→ **ABOUT THIS TASK**: Among the entries below, find the line with "#90=EDGE_LOOP('',(#77,#83,#84,#89));", then quote it and each following line up to and including the line with "e11 v10 v6 LINE", and nothing else.

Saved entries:
"""

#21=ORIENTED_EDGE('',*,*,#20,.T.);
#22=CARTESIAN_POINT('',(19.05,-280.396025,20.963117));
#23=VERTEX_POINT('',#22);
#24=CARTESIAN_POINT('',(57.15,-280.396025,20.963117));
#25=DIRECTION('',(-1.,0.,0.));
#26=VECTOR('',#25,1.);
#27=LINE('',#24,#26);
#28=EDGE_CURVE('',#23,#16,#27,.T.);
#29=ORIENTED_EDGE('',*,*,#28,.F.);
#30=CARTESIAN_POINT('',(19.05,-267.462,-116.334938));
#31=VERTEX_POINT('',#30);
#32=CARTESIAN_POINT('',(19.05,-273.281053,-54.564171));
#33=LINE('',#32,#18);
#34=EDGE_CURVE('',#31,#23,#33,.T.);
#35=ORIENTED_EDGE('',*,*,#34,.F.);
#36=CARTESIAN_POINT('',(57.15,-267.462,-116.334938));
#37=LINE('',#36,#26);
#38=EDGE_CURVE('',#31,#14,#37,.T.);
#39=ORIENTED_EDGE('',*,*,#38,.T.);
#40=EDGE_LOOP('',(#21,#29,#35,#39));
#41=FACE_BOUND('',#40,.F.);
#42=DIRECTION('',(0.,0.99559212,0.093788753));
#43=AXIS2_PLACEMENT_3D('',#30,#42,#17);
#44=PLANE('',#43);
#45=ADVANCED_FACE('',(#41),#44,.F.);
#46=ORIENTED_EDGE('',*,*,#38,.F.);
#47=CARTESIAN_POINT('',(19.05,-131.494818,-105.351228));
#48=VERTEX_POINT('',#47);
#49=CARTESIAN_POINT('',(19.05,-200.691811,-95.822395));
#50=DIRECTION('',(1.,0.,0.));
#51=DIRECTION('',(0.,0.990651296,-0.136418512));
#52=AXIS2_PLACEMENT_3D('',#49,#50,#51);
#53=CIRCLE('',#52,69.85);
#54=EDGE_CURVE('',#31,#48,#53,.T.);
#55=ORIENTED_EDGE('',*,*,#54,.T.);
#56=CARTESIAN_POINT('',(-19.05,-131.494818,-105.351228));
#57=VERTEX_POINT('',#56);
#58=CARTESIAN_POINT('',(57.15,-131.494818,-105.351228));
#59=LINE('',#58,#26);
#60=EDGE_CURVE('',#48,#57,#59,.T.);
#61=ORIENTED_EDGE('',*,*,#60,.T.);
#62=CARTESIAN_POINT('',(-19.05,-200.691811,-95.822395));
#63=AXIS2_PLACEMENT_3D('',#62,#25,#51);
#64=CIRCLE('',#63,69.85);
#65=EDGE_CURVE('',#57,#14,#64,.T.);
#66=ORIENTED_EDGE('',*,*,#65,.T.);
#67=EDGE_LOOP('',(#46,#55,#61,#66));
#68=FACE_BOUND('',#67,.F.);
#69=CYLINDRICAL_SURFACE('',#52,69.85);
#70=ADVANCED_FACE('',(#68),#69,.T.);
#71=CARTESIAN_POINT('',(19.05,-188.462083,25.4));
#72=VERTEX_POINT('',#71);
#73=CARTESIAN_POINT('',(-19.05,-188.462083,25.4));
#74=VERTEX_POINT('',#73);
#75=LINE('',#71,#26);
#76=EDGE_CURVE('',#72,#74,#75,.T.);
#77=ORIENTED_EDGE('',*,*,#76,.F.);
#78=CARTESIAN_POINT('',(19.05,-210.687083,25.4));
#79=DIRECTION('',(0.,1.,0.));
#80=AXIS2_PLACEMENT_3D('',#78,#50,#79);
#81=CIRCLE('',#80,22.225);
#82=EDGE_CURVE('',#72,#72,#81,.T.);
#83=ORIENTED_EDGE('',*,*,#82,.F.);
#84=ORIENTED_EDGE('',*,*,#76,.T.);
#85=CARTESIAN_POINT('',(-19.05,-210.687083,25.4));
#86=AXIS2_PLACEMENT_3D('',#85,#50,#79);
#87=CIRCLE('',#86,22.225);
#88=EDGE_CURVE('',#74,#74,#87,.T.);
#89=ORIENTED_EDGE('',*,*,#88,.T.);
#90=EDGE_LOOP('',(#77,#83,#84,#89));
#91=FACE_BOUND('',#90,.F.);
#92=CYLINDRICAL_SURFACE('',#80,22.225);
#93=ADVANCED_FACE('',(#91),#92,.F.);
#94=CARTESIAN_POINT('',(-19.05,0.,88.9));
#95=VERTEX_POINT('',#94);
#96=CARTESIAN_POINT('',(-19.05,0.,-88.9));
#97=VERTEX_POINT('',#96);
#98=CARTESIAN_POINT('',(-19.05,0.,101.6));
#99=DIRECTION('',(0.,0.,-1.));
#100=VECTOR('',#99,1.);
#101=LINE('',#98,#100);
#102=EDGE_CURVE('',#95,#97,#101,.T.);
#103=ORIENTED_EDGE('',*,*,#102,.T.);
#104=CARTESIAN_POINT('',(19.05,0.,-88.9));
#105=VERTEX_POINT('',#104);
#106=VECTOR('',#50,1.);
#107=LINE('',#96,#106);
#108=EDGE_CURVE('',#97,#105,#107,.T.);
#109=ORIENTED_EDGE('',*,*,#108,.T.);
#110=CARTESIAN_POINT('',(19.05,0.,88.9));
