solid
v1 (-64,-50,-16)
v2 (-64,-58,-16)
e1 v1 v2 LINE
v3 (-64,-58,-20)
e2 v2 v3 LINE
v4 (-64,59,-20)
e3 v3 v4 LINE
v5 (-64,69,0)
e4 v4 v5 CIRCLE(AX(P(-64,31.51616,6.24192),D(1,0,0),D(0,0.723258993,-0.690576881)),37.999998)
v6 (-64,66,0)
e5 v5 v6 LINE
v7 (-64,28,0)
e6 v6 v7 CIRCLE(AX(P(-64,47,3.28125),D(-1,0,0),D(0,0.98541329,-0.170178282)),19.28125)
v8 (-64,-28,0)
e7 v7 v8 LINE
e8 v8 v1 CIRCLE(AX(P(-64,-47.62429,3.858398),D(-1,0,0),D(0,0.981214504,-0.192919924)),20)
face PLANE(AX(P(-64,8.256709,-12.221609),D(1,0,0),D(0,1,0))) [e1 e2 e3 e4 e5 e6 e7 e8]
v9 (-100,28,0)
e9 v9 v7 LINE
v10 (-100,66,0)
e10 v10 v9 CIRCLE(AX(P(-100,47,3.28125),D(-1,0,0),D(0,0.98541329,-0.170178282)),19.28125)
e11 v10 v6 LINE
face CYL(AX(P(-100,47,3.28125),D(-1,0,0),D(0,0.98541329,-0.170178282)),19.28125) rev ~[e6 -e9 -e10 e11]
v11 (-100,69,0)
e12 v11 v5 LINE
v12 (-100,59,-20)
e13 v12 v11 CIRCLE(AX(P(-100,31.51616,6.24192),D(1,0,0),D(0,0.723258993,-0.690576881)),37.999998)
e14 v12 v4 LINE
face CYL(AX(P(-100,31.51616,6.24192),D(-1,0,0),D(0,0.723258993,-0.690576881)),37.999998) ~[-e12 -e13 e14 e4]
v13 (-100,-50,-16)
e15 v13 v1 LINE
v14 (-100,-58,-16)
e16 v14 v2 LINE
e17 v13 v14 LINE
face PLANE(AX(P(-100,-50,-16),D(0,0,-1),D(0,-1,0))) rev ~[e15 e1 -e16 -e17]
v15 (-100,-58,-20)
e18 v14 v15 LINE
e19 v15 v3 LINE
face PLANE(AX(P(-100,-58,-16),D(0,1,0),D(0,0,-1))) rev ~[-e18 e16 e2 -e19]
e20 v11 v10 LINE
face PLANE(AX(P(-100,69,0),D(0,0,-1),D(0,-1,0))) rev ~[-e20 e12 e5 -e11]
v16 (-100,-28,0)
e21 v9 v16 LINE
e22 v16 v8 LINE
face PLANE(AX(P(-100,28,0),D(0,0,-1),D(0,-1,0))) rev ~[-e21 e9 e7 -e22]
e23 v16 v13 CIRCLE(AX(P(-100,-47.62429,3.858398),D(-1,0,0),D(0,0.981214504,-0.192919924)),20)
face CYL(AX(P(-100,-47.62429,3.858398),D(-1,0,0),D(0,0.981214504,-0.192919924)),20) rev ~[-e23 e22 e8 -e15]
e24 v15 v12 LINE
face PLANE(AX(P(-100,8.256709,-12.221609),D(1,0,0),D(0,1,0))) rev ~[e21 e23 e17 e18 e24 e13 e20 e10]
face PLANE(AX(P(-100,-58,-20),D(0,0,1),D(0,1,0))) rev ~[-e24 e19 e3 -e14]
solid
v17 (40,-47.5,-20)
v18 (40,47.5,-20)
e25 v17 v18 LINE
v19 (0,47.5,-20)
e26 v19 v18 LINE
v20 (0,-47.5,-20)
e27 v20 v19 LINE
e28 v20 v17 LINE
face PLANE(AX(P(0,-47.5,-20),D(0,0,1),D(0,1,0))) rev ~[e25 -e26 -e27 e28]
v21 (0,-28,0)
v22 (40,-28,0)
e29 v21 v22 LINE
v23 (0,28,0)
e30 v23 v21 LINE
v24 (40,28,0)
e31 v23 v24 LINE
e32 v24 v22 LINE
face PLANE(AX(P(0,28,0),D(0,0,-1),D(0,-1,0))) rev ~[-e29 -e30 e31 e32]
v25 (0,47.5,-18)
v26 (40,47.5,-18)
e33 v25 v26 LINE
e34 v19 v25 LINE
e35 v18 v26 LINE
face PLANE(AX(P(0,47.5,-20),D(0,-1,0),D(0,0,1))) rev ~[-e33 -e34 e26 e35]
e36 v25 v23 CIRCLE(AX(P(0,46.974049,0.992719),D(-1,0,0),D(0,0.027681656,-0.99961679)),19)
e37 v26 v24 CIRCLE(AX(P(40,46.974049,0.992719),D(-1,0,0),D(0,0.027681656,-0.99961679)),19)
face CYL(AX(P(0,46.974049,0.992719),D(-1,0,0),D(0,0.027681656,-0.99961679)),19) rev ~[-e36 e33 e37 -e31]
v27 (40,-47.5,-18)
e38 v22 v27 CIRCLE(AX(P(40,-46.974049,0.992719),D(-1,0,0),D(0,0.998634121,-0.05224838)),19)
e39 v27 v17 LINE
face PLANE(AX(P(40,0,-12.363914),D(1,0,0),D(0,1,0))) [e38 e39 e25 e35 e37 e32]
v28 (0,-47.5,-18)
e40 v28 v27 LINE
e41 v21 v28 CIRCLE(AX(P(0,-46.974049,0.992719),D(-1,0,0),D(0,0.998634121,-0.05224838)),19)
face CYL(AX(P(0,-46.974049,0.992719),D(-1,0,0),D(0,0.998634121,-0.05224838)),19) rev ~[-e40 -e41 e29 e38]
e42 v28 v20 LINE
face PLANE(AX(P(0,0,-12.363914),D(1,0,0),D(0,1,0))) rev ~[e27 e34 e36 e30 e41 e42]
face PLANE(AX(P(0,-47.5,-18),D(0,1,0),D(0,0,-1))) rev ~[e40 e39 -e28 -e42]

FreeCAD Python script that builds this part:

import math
import FreeCAD as App
import Part
import Sketcher
from FreeCAD import Vector

doc = App.newDocument("Part")
params = doc.addObject("Spreadsheet::Sheet", "Params")
for row, (alias, value) in enumerate([
    ("sketch1_radius", "19 mm"),
    ("sketch1_width", "56 mm"),
    ("sketch1_width2", "95 mm"),
    ("sketch1_height", "2 mm"),
    ("pad1_length", "40 mm"),
    ("sketch2_radius", "20 mm"),
    ("sketch2_radius2", "37.999998 mm"),
    ("sketch2_width", "56 mm"),
    ("sketch2_width2", "8 mm"),
    ("sketch2_width3", "117 mm"),
    ("pad2_length", "36 mm"),
], start=1):
    params.set(f"A{row}", alias)
    params.set(f"B{row}", "=" + value)
    params.setAlias(f"B{row}", alias)

body = doc.addObject("PartDesign::Body", "Body")

# Sketch on YZ plane
sketch1 = body.newObject("Sketcher::SketchObject", "Sketch")
sketch1.AttachmentSupport = (doc.getObject("YZ_Plane"), [""])
sketch1.MapMode = "FlatFace"
sketch1.addGeometry([
    Part.ArcOfCircle(Part.Circle(Vector(47, 1, 0), Vector(0, 0, 1), 19), math.radians(-177), math.radians(-88)),  # 0
    Part.LineSegment(Vector(28, 0, 0), Vector(-28, 0, 0)),  # 1
    Part.ArcOfCircle(Part.Circle(Vector(-47, 1, 0), Vector(0, 0, 1), 19), math.radians(-92), math.radians(-3)),  # 2
    Part.LineSegment(Vector(-47.5, -18, 0), Vector(-47.5, -20, 0)),  # 3
    Part.LineSegment(Vector(-47.5, -20, 0), Vector(47.5, -20, 0)),  # 4
    Part.LineSegment(Vector(47.5, -20, 0), Vector(47.5, -18, 0)),  # 5
], False)
sketch1.addConstraint([
    Sketcher.Constraint("Coincident", 0, 1, 1, 1),
    Sketcher.Constraint("Coincident", 1, 2, 2, 2),
    Sketcher.Constraint("Coincident", 2, 1, 3, 1),
    Sketcher.Constraint("Coincident", 3, 2, 4, 1),
    Sketcher.Constraint("Coincident", 4, 2, 5, 1),
    Sketcher.Constraint("Coincident", 5, 2, 0, 2),
    Sketcher.Constraint("Horizontal", 1),
    Sketcher.Constraint("Vertical", 3),
    Sketcher.Constraint("Horizontal", 4),
    Sketcher.Constraint("Vertical", 5),
    Sketcher.Constraint("Equal", 0, 2),
    Sketcher.Constraint("Symmetric", 0, 1, 1, 2, -1, 1),
    Sketcher.Constraint("Symmetric", 2, 1, 5, 2, -2),
    Sketcher.Constraint("Radius", 0, 19.0),
    Sketcher.Constraint("DistanceX", 1, 2, 1, 1, 56.0),
    Sketcher.Constraint("DistanceX", 4, 1, 4, 2, 95.0),
    Sketcher.Constraint("DistanceY", 3, 2, 3, 1, 2.0),
    Sketcher.Constraint("DistanceY", 2, 1, -1, 1, 18.0),
])
sketch1.setExpression("Constraints[13]", "Params.sketch1_radius")
sketch1.setExpression("Constraints[14]", "Params.sketch1_width")
sketch1.setExpression("Constraints[15]", "Params.sketch1_width2")
sketch1.setExpression("Constraints[16]", "Params.sketch1_height")
pad1 = body.newObject("PartDesign::Pad", "Pad")
pad1.Profile = sketch1
pad1.setExpression("Length", "Params.pad1_length")
body2 = doc.addObject("PartDesign::Body", "Body001")

# Sketch on YZ plane
sketch2 = body2.newObject("Sketcher::SketchObject", "Sketch001")
sketch2.AttachmentSupport = (doc.getObject("YZ_Plane001"), [""])
sketch2.MapMode = "FlatFace"
sketch2.AttachmentOffset = App.Placement(Vector(0, 0, -100), App.Rotation())
sketch2.addGeometry([
    Part.LineSegment(Vector(28, 0, 0), Vector(-28, 0, 0)),  # 0
    Part.ArcOfCircle(Part.Circle(Vector(-47.6, 3.9, 0), Vector(0, 0, 1), 20), math.radians(-97), math.radians(-11)),  # 1
    Part.LineSegment(Vector(-50, -16, 0), Vector(-58, -16, 0)),  # 2
    Part.LineSegment(Vector(-58, -16, 0), Vector(-58, -20, 0)),  # 3
    Part.LineSegment(Vector(-58, -20, 0), Vector(59, -20, 0)),  # 4
    Part.ArcOfCircle(Part.Circle(Vector(31.5, 6.2, 0), Vector(0, 0, 1), 38), math.radians(-44), math.radians(-9)),  # 5
    Part.LineSegment(Vector(69, 0, 0), Vector(66, 0, 0)),  # 6
    Part.ArcOfCircle(Part.Circle(Vector(47, 3.3, 0), Vector(0, 0, 1), 19.3), math.radians(-170), math.radians(-10)),  # 7
], False)
sketch2.addConstraint([
    Sketcher.Constraint("Coincident", 0, 2, 1, 2),
    Sketcher.Constraint("Coincident", 1, 1, 2, 1),
    Sketcher.Constraint("Coincident", 2, 2, 3, 1),
    Sketcher.Constraint("Coincident", 3, 2, 4, 1),
    Sketcher.Constraint("Coincident", 4, 2, 5, 1),
    Sketcher.Constraint("Coincident", 5, 2, 6, 1),
    Sketcher.Constraint("Coincident", 6, 2, 7, 2),
    Sketcher.Constraint("Coincident", 7, 1, 0, 1),
    Sketcher.Constraint("Horizontal", 0),
    Sketcher.Constraint("Horizontal", 2),
    Sketcher.Constraint("Vertical", 3),
    Sketcher.Constraint("Horizontal", 4),
    Sketcher.Constraint("Horizontal", 6),
    Sketcher.Constraint("Symmetric", 0, 2, 7, 1, -1, 1),
    Sketcher.Constraint("PointOnObject", 5, 2, -1),
    Sketcher.Constraint("Radius", 1, 20.0),
    Sketcher.Constraint("Radius", 5, 37.999998),
    Sketcher.Constraint("DistanceX", 0, 2, 0, 1, 56.0),
    Sketcher.Constraint("DistanceX", 2, 2, 2, 1, 8.0),
    Sketcher.Constraint("DistanceX", 4, 1, 4, 2, 117.0),
    Sketcher.Constraint("DistanceX", 6, 2, 6, 1, 3.0),
    Sketcher.Constraint("DistanceY", 3, 2, 3, 1, 4.0),
    Sketcher.Constraint("DistanceX", -1, 1, 7, 3, 47.0),
    Sketcher.Constraint("DistanceX", 1, 1, -1, 1, 50.0),
    Sketcher.Constraint("DistanceY", 1, 1, -1, 1, 16.0),
    Sketcher.Constraint("Radius", 7, 19.28125),
])
sketch2.setExpression("Constraints[15]", "Params.sketch2_radius")
sketch2.setExpression("Constraints[16]", "Params.sketch2_radius2")
sketch2.setExpression("Constraints[17]", "Params.sketch2_width")
sketch2.setExpression("Constraints[18]", "Params.sketch2_width2")
sketch2.setExpression("Constraints[19]", "Params.sketch2_width3")
pad2 = body2.newObject("PartDesign::Pad", "Pad001")
pad2.Profile = sketch2
pad2.setExpression("Length", "Params.pad2_length")

doc.recompute()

"""

→ **ANSWER SECTION**:
#90=EDGE_LOOP('',(#77,#83,#84,#89));
#91=FACE_BOUND('',#90,.F.);
#92=CYLINDRICAL_SURFACE('',#80,22.225);
#93=ADVANCED_FACE('',(#91),#92,.F.);
#94=CARTESIAN_POINT('',(-19.05,0.,88.9));
#95=VERTEX_POINT('',#94);
#96=CARTESIAN_POINT('',(-19.05,0.,-88.9));
#97=VERTEX_POINT('',#96);
#98=CARTESIAN_POINT('',(-19.05,0.,101.6));
#99=DIRECTION('',(0.,0.,-1.));
#100=VECTOR('',#99,1.);
#101=LINE('',#98,#100);
#102=EDGE_CURVE('',#95,#97,#101,.T.);
#103=ORIENTED_EDGE('',*,*,#102,.T.);
#104=CARTESIAN_POINT('',(19.05,0.,-88.9));
#105=VERTEX_POINT('',#104);
#106=VECTOR('',#50,1.);
#107=LINE('',#96,#106);
#108=EDGE_CURVE('',#97,#105,#107,.T.);
#109=ORIENTED_EDGE('',*,*,#108,.T.);
#110=CARTESIAN_POINT('',(19.05,0.,88.9));
solid
v1 (-64,-50,-16)
v2 (-64,-58,-16)
e1 v1 v2 LINE
v3 (-64,-58,-20)
e2 v2 v3 LINE
v4 (-64,59,-20)
e3 v3 v4 LINE
v5 (-64,69,0)
e4 v4 v5 CIRCLE(AX(P(-64,31.51616,6.24192),D(1,0,0),D(0,0.723258993,-0.690576881)),37.999998)
v6 (-64,66,0)
e5 v5 v6 LINE
v7 (-64,28,0)
e6 v6 v7 CIRCLE(AX(P(-64,47,3.28125),D(-1,0,0),D(0,0.98541329,-0.170178282)),19.28125)
v8 (-64,-28,0)
e7 v7 v8 LINE
e8 v8 v1 CIRCLE(AX(P(-64,-47.62429,3.858398),D(-1,0,0),D(0,0.981214504,-0.192919924)),20)
face PLANE(AX(P(-64,8.256709,-12.221609),D(1,0,0),D(0,1,0))) [e1 e2 e3 e4 e5 e6 e7 e8]
v9 (-100,28,0)
e9 v9 v7 LINE
v10 (-100,66,0)
e10 v10 v9 CIRCLE(AX(P(-100,47,3.28125),D(-1,0,0),D(0,0.98541329,-0.170178282)),19.28125)
e11 v10 v6 LINE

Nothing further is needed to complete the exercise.